**Problem**: In the material below, find the line with "e32 v6 v25 CIRCLE(AX(P(25,20,15),D(-1,0,0),D(0,0,1)),10)" and the line with "e40 v19 v30 LINE", then output those two lines and every line between them, exactly.

**Records supplied**:
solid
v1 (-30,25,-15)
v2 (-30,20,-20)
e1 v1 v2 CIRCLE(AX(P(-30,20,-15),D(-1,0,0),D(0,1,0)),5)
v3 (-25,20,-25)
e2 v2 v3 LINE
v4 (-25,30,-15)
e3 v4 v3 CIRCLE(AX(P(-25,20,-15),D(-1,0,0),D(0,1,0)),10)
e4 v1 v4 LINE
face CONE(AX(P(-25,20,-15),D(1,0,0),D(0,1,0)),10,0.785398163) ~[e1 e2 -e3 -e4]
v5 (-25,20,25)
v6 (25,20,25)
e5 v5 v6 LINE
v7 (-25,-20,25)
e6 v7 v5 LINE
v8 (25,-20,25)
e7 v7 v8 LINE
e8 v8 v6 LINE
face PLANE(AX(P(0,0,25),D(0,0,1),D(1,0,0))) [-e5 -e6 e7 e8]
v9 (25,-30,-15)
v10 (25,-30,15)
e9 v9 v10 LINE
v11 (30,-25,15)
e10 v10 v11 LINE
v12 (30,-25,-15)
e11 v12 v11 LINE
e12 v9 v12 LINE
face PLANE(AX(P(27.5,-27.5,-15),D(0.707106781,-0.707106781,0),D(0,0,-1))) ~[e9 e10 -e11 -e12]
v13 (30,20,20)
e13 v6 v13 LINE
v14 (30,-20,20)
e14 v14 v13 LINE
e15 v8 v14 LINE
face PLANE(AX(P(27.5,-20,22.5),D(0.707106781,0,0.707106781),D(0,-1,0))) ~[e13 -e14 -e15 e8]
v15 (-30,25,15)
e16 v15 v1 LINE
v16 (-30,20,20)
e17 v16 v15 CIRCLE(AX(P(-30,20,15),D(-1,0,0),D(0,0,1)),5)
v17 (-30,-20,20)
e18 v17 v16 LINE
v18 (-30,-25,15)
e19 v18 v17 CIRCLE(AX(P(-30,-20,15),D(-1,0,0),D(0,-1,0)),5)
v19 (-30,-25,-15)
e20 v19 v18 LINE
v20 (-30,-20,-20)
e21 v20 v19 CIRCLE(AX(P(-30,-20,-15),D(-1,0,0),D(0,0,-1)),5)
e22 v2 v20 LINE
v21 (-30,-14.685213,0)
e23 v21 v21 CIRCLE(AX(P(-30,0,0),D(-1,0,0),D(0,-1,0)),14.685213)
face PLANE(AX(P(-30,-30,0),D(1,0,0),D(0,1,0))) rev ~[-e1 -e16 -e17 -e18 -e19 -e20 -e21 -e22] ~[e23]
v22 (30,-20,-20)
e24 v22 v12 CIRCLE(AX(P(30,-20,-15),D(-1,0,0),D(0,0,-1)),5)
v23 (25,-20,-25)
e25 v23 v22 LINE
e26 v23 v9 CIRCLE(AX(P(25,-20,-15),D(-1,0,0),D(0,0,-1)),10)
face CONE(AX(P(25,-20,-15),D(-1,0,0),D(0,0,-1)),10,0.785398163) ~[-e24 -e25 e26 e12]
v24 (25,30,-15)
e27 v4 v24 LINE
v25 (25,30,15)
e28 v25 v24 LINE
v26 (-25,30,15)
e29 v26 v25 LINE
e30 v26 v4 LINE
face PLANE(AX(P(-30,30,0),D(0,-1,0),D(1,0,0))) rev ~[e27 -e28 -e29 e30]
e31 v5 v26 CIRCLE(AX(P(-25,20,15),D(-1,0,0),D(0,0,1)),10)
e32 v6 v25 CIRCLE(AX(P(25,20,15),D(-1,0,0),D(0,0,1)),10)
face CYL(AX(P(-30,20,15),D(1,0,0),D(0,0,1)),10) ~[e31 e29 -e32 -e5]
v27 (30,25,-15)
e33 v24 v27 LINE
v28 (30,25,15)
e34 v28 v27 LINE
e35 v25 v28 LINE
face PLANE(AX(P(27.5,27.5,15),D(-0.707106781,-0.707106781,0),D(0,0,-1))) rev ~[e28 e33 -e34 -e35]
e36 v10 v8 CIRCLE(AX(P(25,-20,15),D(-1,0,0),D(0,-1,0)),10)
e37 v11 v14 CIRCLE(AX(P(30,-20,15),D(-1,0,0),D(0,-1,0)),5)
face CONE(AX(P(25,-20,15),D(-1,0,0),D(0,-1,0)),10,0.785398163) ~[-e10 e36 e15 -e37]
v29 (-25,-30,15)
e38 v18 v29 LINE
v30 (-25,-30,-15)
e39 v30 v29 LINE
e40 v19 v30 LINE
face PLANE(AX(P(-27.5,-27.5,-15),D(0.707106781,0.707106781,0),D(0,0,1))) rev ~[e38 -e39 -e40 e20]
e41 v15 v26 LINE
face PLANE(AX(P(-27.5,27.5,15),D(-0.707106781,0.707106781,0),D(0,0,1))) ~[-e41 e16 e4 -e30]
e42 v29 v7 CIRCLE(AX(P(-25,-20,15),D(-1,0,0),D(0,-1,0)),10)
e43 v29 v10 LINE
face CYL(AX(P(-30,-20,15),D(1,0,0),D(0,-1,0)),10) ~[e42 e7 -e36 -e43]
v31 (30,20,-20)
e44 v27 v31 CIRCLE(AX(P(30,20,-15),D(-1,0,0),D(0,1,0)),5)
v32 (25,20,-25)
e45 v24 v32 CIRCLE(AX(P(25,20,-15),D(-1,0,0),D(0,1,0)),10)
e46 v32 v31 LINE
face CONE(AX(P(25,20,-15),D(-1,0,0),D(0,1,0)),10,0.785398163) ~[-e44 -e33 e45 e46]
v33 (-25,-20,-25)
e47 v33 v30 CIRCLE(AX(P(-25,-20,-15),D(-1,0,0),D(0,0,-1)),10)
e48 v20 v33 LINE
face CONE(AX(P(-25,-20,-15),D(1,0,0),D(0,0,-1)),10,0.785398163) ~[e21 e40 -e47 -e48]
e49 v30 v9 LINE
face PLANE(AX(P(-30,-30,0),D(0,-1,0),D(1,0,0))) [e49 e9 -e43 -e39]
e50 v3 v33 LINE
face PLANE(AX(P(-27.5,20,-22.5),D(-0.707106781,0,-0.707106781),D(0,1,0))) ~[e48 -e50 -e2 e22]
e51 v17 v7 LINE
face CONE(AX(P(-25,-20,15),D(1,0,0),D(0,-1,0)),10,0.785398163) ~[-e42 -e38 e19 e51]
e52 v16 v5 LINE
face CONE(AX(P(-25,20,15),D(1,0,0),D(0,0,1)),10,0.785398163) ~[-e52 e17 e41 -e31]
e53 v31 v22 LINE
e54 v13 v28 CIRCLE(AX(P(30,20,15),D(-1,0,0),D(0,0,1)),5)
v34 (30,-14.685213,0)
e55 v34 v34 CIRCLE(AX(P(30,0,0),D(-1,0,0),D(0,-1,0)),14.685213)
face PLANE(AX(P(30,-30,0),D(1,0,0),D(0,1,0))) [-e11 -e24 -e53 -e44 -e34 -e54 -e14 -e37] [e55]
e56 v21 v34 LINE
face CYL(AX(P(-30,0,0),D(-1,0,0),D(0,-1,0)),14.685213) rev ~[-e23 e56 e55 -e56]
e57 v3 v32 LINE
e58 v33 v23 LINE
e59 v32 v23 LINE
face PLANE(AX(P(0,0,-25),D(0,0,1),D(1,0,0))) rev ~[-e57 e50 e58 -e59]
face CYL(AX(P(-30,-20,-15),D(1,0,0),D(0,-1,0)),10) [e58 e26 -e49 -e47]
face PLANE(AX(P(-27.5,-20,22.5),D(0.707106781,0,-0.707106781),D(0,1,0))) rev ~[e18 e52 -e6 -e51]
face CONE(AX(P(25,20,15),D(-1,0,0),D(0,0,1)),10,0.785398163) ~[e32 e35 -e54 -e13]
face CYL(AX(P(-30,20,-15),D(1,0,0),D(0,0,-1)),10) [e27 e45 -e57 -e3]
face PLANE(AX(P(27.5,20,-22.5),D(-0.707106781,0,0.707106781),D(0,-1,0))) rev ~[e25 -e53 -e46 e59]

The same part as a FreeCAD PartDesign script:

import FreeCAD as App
import Part
import Sketcher
from FreeCAD import Vector
Q = App.Units.Quantity


def edges_at(feature, points):
    """Names of the edges that pass closest to the given points."""
    edges = feature.Shape.Edges
    near = lambda p: min(range(len(edges)), key=lambda i: edges[i].distToShape(Part.Vertex(*p))[0])
    return sorted({f"Edge{near(p) + 1}" for p in points})


def add_polygon(sketch, points):
    """Adds a closed chain of lines whose ends are joined by coincident constraints."""
    first, n = sketch.GeometryCount, len(points)
    for a, b in zip(points, points[1:] + points[:1]):
        sketch.addGeometry(Part.LineSegment(App.Vector(*a, 0), App.Vector(*b, 0)), False)
    for i in range(n):
        sketch.addConstraint(Sketcher.Constraint("Coincident", first + i, 2, first + (i + 1) % n, 1))

doc = App.newDocument("Part")
body = doc.addObject("PartDesign::Body", "Body")

# Sketch on XY plane
sketch1 = body.newObject("Sketcher::SketchObject", "Sketch")
sketch1.AttachmentSupport = (doc.getObject("XY_Plane"), [""])
sketch1.MapMode = "FlatFace"
add_polygon(sketch1, [(-30, 30), (-30, -30), (30, -30), (30, 30)])  # lines 0-3
sketch1.addConstraint(Sketcher.Constraint("Vertical", 0))
sketch1.addConstraint(Sketcher.Constraint("Horizontal", 1))
sketch1.addConstraint(Sketcher.Constraint("Vertical", 2))
sketch1.addConstraint(Sketcher.Constraint("Horizontal", 3))
sketch1.addConstraint(Sketcher.Constraint("Symmetric", 0, 2, 2, 2, -1, 1))
sketch1.addConstraint(Sketcher.Constraint("Equal", 3, 0))
sketch1.addConstraint(Sketcher.Constraint("DistanceX", 1, 1, 1, 2, Q("60 mm")))
pad1 = body.newObject("PartDesign::Pad", "Pad")
pad1.Profile = sketch1
pad1.Type = "TwoLengths"
pad1.Length = 25
pad1.Length2 = 25

# Sketch on YZ plane
sketch2 = body.newObject("Sketcher::SketchObject", "Sketch001")
sketch2.AttachmentSupport = (doc.getObject("YZ_Plane"), [""])
sketch2.MapMode = "FlatFace"
sketch2.AttachmentOffset = App.Placement(Vector(0, 0, -30), App.Rotation())
sketch2.addGeometry(Part.Circle(Vector(0, 0, 0), Vector(0, 0, 1), 14.685213), False)
sketch2.addConstraint(Sketcher.Constraint("Coincident", 0, 3, -1, 1))
sketch2.addConstraint(Sketcher.Constraint("Diameter", 0, Q("29.370426 mm")))
pocket1 = body.newObject("PartDesign::Pocket", "Pocket")
pocket1.Profile = sketch2
pocket1.Type = "ThroughAll"
pocket1.Reversed = True
doc.recompute()

fillet = body.newObject("PartDesign::Fillet", "Fillet")
fillet.Base = (pocket1, edges_at(pocket1, [
    (0, 30, -25),
    (0, 30, 25),
    (0, -30, 25),
    (0, -30, -25),
]))
fillet.Radius = 10
doc.recompute()

chamfer = body.newObject("PartDesign::Chamfer", "Chamfer")
chamfer.Base = (fillet, edges_at(fillet, [(30, 30, 0), (-30, 30, 0)]))
chamfer.ChamferType = "Two distances"
chamfer.Size = 5
chamfer.Size2 = 5

doc.recompute()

**Answer section**:
e32 v6 v25 CIRCLE(AX(P(25,20,15),D(-1,0,0),D(0,0,1)),10)
face CYL(AX(P(-30,20,15),D(1,0,0),D(0,0,1)),10) ~[e31 e29 -e32 -e5]
v27 (30,25,-15)
e33 v24 v27 LINE
v28 (30,25,15)
e34 v28 v27 LINE
e35 v25 v28 LINE
face PLANE(AX(P(27.5,27.5,15),D(-0.707106781,-0.707106781,0),D(0,0,-1))) rev ~[e28 e33 -e34 -e35]
e36 v10 v8 CIRCLE(AX(P(25,-20,15),D(-1,0,0),D(0,-1,0)),10)
e37 v11 v14 CIRCLE(AX(P(30,-20,15),D(-1,0,0),D(0,-1,0)),5)
face CONE(AX(P(25,-20,15),D(-1,0,0),D(0,-1,0)),10,0.785398163) ~[-e10 e36 e15 -e37]
v29 (-25,-30,15)
e38 v18 v29 LINE
v30 (-25,-30,-15)
e39 v30 v29 LINE
e40 v19 v30 LINE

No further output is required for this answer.